As for Sudanese allegations that the extent of the meningitis outbreak in the camps had been exaggerated, he said it was true that meningitis was endemic in certain regions, but any outbreak must be addressed urgently so that it did not become dangerous. A major vaccination campaign should be organized.
Asked to give examples of the humanitarian impact, he said some 650,000 people needed the services of health clinics. It was true that the Government had provided doctors, but clinics were too far away and often offered only partial services. The full report, to be published shortly, would give more details.

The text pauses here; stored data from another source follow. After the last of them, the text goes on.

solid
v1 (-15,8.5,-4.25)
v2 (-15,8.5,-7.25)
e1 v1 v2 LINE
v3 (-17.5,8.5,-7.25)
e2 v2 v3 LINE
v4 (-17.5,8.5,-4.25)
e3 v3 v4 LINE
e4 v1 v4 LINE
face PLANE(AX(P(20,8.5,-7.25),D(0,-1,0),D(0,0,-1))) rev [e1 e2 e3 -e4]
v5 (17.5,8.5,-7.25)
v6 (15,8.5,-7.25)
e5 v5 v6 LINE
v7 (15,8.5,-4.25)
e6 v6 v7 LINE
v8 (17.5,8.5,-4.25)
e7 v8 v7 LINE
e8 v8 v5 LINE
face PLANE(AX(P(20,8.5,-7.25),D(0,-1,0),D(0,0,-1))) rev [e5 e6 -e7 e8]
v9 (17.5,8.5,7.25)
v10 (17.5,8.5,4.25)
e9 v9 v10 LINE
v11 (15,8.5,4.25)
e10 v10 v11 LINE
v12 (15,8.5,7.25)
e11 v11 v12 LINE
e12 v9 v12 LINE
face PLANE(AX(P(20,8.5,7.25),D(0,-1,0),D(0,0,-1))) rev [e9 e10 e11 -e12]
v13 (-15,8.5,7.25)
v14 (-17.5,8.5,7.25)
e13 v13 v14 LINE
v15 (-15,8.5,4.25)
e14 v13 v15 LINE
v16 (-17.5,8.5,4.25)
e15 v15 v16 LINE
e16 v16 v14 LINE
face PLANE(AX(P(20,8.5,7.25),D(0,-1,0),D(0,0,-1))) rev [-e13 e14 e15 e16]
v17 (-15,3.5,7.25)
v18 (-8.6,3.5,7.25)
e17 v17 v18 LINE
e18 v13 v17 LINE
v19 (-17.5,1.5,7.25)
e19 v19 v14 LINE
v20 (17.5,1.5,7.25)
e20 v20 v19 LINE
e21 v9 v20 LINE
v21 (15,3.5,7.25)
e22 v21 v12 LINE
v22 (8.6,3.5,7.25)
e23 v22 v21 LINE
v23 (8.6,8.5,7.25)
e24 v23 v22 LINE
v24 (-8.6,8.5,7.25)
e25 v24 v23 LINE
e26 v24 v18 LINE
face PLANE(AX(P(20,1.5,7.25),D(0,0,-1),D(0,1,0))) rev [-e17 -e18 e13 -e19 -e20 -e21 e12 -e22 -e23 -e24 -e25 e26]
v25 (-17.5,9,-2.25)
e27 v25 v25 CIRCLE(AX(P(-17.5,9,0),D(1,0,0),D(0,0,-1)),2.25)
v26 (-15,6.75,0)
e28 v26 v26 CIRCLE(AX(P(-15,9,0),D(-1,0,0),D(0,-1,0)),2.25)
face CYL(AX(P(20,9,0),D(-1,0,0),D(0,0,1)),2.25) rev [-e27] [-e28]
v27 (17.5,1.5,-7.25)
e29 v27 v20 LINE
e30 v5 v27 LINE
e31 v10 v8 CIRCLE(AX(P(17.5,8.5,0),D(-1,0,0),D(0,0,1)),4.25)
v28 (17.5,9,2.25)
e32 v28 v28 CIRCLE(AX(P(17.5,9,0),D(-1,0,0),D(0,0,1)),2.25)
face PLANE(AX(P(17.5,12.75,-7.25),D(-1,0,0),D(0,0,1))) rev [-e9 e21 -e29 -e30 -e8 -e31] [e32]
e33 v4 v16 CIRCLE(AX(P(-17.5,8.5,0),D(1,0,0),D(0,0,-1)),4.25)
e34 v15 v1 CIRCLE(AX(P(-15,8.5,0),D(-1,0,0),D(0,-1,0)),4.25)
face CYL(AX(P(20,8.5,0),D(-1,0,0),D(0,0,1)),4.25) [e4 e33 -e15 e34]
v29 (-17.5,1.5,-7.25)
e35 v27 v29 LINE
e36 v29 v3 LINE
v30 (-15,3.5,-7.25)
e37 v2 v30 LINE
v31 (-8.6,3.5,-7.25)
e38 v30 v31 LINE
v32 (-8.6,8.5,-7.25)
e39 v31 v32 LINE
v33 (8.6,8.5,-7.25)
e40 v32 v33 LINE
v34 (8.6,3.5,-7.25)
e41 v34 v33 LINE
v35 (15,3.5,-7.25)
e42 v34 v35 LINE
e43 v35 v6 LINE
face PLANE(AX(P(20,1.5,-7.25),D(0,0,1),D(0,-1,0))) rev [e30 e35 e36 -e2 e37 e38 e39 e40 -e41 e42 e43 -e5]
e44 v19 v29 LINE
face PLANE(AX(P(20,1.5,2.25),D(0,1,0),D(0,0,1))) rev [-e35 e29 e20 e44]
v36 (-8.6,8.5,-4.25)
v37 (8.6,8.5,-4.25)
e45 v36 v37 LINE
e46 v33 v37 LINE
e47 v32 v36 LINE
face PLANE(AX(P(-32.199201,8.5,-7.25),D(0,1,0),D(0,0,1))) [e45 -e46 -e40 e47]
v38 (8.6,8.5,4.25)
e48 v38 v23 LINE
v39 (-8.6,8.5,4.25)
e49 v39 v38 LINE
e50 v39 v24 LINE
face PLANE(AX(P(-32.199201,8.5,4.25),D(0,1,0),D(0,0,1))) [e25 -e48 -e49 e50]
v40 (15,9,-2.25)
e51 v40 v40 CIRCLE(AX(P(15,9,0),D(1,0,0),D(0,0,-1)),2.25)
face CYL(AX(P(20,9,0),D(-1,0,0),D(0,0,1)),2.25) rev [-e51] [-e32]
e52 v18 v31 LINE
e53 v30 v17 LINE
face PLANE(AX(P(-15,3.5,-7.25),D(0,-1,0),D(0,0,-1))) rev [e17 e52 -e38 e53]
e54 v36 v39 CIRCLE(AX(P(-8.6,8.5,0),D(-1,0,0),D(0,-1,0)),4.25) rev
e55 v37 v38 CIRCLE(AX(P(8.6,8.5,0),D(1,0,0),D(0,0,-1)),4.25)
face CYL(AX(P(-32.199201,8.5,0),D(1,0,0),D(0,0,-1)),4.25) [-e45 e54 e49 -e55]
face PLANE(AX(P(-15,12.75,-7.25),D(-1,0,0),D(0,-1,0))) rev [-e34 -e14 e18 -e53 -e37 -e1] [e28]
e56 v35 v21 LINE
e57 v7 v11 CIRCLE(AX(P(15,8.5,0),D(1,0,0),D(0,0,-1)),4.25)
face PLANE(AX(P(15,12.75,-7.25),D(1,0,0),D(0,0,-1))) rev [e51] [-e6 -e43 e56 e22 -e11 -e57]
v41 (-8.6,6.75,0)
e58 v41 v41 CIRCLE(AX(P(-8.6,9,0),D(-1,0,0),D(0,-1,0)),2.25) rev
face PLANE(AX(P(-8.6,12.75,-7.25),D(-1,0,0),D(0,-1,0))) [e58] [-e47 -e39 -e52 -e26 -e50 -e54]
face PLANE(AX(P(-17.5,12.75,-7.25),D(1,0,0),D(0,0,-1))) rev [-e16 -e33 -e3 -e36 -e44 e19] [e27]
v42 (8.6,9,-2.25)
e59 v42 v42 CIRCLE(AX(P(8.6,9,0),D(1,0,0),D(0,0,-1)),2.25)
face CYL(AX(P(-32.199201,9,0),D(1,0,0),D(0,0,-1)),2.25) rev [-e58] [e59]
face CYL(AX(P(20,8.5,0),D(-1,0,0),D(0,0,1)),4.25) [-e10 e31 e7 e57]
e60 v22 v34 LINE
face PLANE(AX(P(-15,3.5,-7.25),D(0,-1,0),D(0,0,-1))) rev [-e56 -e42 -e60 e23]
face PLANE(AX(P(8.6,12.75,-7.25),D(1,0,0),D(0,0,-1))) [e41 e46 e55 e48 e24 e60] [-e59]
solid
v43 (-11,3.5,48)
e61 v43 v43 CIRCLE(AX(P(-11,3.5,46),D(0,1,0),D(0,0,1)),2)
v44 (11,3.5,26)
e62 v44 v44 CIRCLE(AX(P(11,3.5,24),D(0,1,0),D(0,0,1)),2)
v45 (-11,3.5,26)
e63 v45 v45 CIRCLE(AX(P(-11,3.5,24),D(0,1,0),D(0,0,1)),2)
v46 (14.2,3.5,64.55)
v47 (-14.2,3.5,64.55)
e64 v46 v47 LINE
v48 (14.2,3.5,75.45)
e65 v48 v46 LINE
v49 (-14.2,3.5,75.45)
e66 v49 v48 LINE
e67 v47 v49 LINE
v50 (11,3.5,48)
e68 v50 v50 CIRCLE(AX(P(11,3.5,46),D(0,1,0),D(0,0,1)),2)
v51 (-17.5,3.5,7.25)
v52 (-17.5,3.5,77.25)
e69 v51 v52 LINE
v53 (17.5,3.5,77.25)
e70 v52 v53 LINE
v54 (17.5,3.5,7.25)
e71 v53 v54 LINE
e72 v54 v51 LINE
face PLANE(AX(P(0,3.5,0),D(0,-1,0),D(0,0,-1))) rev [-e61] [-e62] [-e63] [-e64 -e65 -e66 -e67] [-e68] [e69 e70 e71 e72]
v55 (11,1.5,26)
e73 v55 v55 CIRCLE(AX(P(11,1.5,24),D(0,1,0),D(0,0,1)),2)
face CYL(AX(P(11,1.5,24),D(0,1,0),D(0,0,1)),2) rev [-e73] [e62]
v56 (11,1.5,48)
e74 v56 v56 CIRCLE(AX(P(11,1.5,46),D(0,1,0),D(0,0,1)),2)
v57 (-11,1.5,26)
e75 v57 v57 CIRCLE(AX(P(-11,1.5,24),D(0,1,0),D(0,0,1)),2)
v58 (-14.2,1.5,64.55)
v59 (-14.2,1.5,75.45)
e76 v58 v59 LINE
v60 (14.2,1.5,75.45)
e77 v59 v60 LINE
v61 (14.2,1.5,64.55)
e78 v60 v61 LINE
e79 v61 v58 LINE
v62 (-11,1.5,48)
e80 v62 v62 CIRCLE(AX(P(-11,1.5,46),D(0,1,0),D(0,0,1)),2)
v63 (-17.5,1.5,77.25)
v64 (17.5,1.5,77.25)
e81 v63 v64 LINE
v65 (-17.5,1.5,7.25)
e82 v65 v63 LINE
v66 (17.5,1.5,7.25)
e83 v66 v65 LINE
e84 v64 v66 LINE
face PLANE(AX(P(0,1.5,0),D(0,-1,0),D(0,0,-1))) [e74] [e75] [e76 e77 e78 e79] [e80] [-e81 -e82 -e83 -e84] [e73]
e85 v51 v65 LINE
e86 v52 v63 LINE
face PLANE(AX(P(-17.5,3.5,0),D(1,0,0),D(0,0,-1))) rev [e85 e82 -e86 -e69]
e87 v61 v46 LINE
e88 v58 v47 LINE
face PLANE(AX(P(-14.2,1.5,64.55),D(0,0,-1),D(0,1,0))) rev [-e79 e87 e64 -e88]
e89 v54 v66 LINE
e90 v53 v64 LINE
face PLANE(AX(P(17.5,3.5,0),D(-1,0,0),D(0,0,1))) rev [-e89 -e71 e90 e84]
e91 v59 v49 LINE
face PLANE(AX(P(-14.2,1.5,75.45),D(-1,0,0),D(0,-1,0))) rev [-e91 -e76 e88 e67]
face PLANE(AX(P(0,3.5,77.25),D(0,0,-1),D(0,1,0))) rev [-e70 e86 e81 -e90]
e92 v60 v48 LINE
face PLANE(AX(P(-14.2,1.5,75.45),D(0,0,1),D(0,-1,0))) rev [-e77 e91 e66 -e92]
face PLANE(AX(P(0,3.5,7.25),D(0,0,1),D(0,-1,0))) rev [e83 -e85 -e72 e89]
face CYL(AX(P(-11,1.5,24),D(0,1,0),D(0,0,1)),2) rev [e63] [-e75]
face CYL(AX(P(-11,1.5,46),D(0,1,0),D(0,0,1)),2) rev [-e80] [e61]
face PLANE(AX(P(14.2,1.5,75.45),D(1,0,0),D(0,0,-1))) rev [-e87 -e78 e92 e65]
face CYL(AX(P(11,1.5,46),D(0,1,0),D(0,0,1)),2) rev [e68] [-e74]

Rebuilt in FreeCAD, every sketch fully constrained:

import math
import FreeCAD as App
import Part
import Sketcher
from FreeCAD import Vector
Q = App.Units.Quantity


def add_polygon(sketch, points):
    """Adds a closed chain of lines whose ends are joined by coincident constraints."""
    first, n = sketch.GeometryCount, len(points)
    for a, b in zip(points, points[1:] + points[:1]):
        sketch.addGeometry(Part.LineSegment(App.Vector(*a, 0), App.Vector(*b, 0)), False)
    for i in range(n):
        sketch.addConstraint(Sketcher.Constraint("Coincident", first + i, 2, first + (i + 1) % n, 1))

doc = App.newDocument("Part")
body = doc.addObject("PartDesign::Body", "Body")

sketch1 = body.newObject("Sketcher::SketchObject", "Sketch")
sketch1.AttachmentSupport = (doc.getObject("YZ_Plane"), [""])
sketch1.MapMode = "FlatFace"
sketch1.addGeometry([
    Part.LineSegment(Vector(1.5, -2.25, 0), Vector(1.5, -7.25, 0)),
    Part.LineSegment(Vector(1.5, -7.25, 0), Vector(8.5, -7.25, 0)),
    Part.LineSegment(Vector(8.5, -7.25, 0), Vector(8.5, -4.25, 0)),
    Part.ArcOfCircle(Part.Circle(Vector(8.5, 0, 0), Vector(0, 0, 1), 4.25), math.radians(-90), math.radians(90)),
    Part.LineSegment(Vector(8.5, 4.25, 0), Vector(8.5, 7.25, 0)),
    Part.LineSegment(Vector(8.5, 7.25, 0), Vector(1.5, 7.25, 0)),
    Part.LineSegment(Vector(1.5, 7.25, 0), Vector(1.5, 2.25, 0)),
    Part.LineSegment(Vector(1.5, 2.25, 0), Vector(-1.5, 2.25, 0)),
    Part.LineSegment(Vector(-1.5, 2.25, 0), Vector(-1.5, -2.25, 0)),
    Part.LineSegment(Vector(-1.5, -2.25, 0), Vector(1.5, -2.25, 0)),
    Part.Circle(Vector(9, 0, 0), Vector(0, 0, 1), 2.25),
], False)
sketch1.addConstraint([
    Sketcher.Constraint("Coincident", 0, 2, 1, 1),
    Sketcher.Constraint("Coincident", 1, 2, 2, 1),
    Sketcher.Constraint("Coincident", 2, 2, 3, 1),
    Sketcher.Constraint("Coincident", 3, 2, 4, 1),
    Sketcher.Constraint("Coincident", 4, 2, 5, 1),
    Sketcher.Constraint("Coincident", 5, 2, 6, 1),
    Sketcher.Constraint("Coincident", 6, 2, 7, 1),
    Sketcher.Constraint("Coincident", 7, 2, 8, 1),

Warning that not all numbers mentioned in the report should be added up in order to arrive at the total number of people who would be affected, he said there was some overlap but some 4.7 million depended on aid. Some 1.1 million people were receiving “crude handouts” from WFP, but that was a “one-off” operation. The aid operation was a network, a whole, and if parts of it were taken away, the whole operation was affected. The number of children and lactating mothers who would be affected was not readily available, but it could be estimated at a few thousand.

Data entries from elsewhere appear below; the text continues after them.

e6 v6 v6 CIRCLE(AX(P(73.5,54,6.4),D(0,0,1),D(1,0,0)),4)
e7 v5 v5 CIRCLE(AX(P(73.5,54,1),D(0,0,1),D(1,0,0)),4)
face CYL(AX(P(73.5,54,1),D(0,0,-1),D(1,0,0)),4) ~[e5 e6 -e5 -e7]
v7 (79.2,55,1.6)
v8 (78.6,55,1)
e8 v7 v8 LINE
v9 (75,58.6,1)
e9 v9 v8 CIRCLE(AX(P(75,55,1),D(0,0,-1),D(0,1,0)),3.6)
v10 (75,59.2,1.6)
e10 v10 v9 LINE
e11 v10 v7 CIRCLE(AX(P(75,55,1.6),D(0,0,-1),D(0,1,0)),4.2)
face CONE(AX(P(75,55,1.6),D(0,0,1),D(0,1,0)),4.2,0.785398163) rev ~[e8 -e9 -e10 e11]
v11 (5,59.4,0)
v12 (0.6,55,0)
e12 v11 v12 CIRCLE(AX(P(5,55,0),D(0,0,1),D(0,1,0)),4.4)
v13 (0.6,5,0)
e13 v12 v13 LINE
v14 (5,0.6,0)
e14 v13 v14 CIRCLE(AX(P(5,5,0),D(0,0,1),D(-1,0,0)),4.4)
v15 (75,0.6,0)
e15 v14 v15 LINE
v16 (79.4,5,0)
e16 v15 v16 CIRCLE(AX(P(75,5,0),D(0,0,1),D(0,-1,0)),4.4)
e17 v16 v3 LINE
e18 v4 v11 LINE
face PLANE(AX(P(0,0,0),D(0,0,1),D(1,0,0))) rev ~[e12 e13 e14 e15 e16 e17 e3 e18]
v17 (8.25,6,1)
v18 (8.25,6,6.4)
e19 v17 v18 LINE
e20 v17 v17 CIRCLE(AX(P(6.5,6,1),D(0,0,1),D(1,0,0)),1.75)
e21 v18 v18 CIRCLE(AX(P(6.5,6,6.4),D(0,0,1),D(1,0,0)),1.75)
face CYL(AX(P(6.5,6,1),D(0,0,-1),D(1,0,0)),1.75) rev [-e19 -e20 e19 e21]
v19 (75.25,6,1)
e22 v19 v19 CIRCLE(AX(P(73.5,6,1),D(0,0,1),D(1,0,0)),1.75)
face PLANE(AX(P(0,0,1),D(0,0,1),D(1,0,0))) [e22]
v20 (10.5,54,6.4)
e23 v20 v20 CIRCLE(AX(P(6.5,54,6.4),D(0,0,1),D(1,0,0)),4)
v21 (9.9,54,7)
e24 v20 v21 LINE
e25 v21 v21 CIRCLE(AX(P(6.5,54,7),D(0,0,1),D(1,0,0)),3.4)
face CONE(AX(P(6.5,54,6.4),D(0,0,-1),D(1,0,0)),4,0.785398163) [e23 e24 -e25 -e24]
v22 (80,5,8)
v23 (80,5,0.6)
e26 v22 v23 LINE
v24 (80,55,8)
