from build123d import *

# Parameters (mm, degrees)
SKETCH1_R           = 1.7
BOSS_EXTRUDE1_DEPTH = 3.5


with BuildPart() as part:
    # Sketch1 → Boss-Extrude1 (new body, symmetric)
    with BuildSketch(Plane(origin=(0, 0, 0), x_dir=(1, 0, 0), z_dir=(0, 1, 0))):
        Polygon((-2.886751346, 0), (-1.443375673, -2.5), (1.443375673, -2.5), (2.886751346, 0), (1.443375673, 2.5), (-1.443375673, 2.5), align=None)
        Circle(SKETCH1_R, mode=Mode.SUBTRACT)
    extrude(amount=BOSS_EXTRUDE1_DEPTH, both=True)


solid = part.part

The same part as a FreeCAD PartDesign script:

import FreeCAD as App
import Part
import Sketcher

V = App.Vector
Q = App.Units.Quantity

doc = App.newDocument("Part")
body = doc.addObject("PartDesign::Body", "Body")

sketch1 = body.newObject("Sketcher::SketchObject", "Sketch")
sketch1.AttachmentSupport = (doc.getObject("XZ_Plane"), [""])
sketch1.MapMode = "FlatFace"
sketch1.addGeometry([
    Part.LineSegment(V(-2.9, 0, 0), V(-1.4, 2.5, 0)),
    Part.LineSegment(V(-1.4, 2.5, 0), V(1.4, 2.5, 0)),
    Part.LineSegment(V(1.4, 2.5, 0), V(2.9, 0, 0)),
    Part.LineSegment(V(2.9, 0, 0), V(1.4, -2.5, 0)),
    Part.LineSegment(V(1.4, -2.5, 0), V(-1.4, -2.5, 0)),
    Part.LineSegment(V(-1.4, -2.5, 0), V(-2.9, 0, 0)),
    Part.Circle(V(0, 0, 0), V(0, 0, 1), 1.7),
], False)
sketch1.addConstraint([
    Sketcher.Constraint("Coincident", 0, 2, 1, 1),
    Sketcher.Constraint("Coincident", 1, 2, 2, 1),
    Sketcher.Constraint("Coincident", 2, 2, 3, 1),
    Sketcher.Constraint("Coincident", 3, 2, 4, 1),
    Sketcher.Constraint("Coincident", 4, 2, 5, 1),
    Sketcher.Constraint("Coincident", 5, 2, 0, 1),
    Sketcher.Constraint("Horizontal", 1),
    Sketcher.Constraint("Horizontal", 4),
    Sketcher.Constraint("Coincident", 6, 3, -1, 1),
    Sketcher.Constraint("Symmetric", 0, 2, 3, 2, -1, 1),
    Sketcher.Constraint("Symmetric", 2, 2, 5, 2, -1, 1),
    Sketcher.Constraint("PointOnObject", 2, 2, -1),
    Sketcher.Constraint("Parallel", 2, 5),
    Sketcher.Constraint("Vertical", 1, 2, 3, 2),
    Sketcher.Constraint("Diameter", 6, Q("3.4 mm")),
    Sketcher.Constraint("Angle", 0, Q("60 deg")),
    Sketcher.Constraint("DistanceY", 3, 2, 1, 2, Q("5 mm")),
    Sketcher.Constraint("DistanceX", 1, 1, 1, 2, Q("2.886751 mm")),
])
pad1 = body.newObject("PartDesign::Pad", "Pad")
pad1.Profile = sketch1
pad1.Length = 7
pad1.Midplane = True

doc.recompute()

Asked whether the local staff of the expelled non-governmental organizations had the expertise to fill the gap, he answered that, since the non-governmental organizations had left, the local staff now had no employer to work for. Capacity and financing were necessary to tap their expertise. As for regional non-governmental organizations, the United Nations had nothing against their coming in, but no matter where they came from, they needed the sustainable financing, capacity and expertise to step in. To replace the current capacity would take one to two years.
Responding to a question as to whether the current situation was not a clear example of the “responsibility to protect” and if no lessons of Rwanda had been drawn, Mr. Holmes warned against comparing the situation in the Sudan with the Rwanda genocide, adding that he did not himself use the word genocide. The issue of “responsibility to protect” was a preventive that was being addressed by the General Assembly. The reality was that humanitarian aid could not be provided if the Government did not cooperate.
In response to several questions as to why the United Nations had not investigated Government allegations that the non-governmental organizations in question had been spying, he said allegations of spying and stealing had been raised, but he had not been offered any credible evidence. Until credible evidence was offered, no investigation would be launched. As far as the United Nations knew, the allegations were unfounded and the non-governmental organizations in question had been doing what they were supposed to do -- providing humanitarian assistance in an impartial way.
Asked to clarify “political access”, he said it was a question of whether Government workers could gain access to camps. The Kalma camp, for instance, contained some 100,000 people with a hostile attitude towards the Sudanese Government. It was a question of whether the safety of Government workers there could be guaranteed.
The Sudanese officials involved in the joint assessment team had worked very seriously, he said in reply to another question. Expelling the international non-governmental organizations and revoking the licences of local ones had been a “reckless act”, but the fact that the United Nations was working with the Government to address the situation was a good sign.
Asked about the assets of the expelled organizations, the Under-Secretary-General said they had been seized by the Government, but he was trying to ensure they were being used to help the people in Darfur.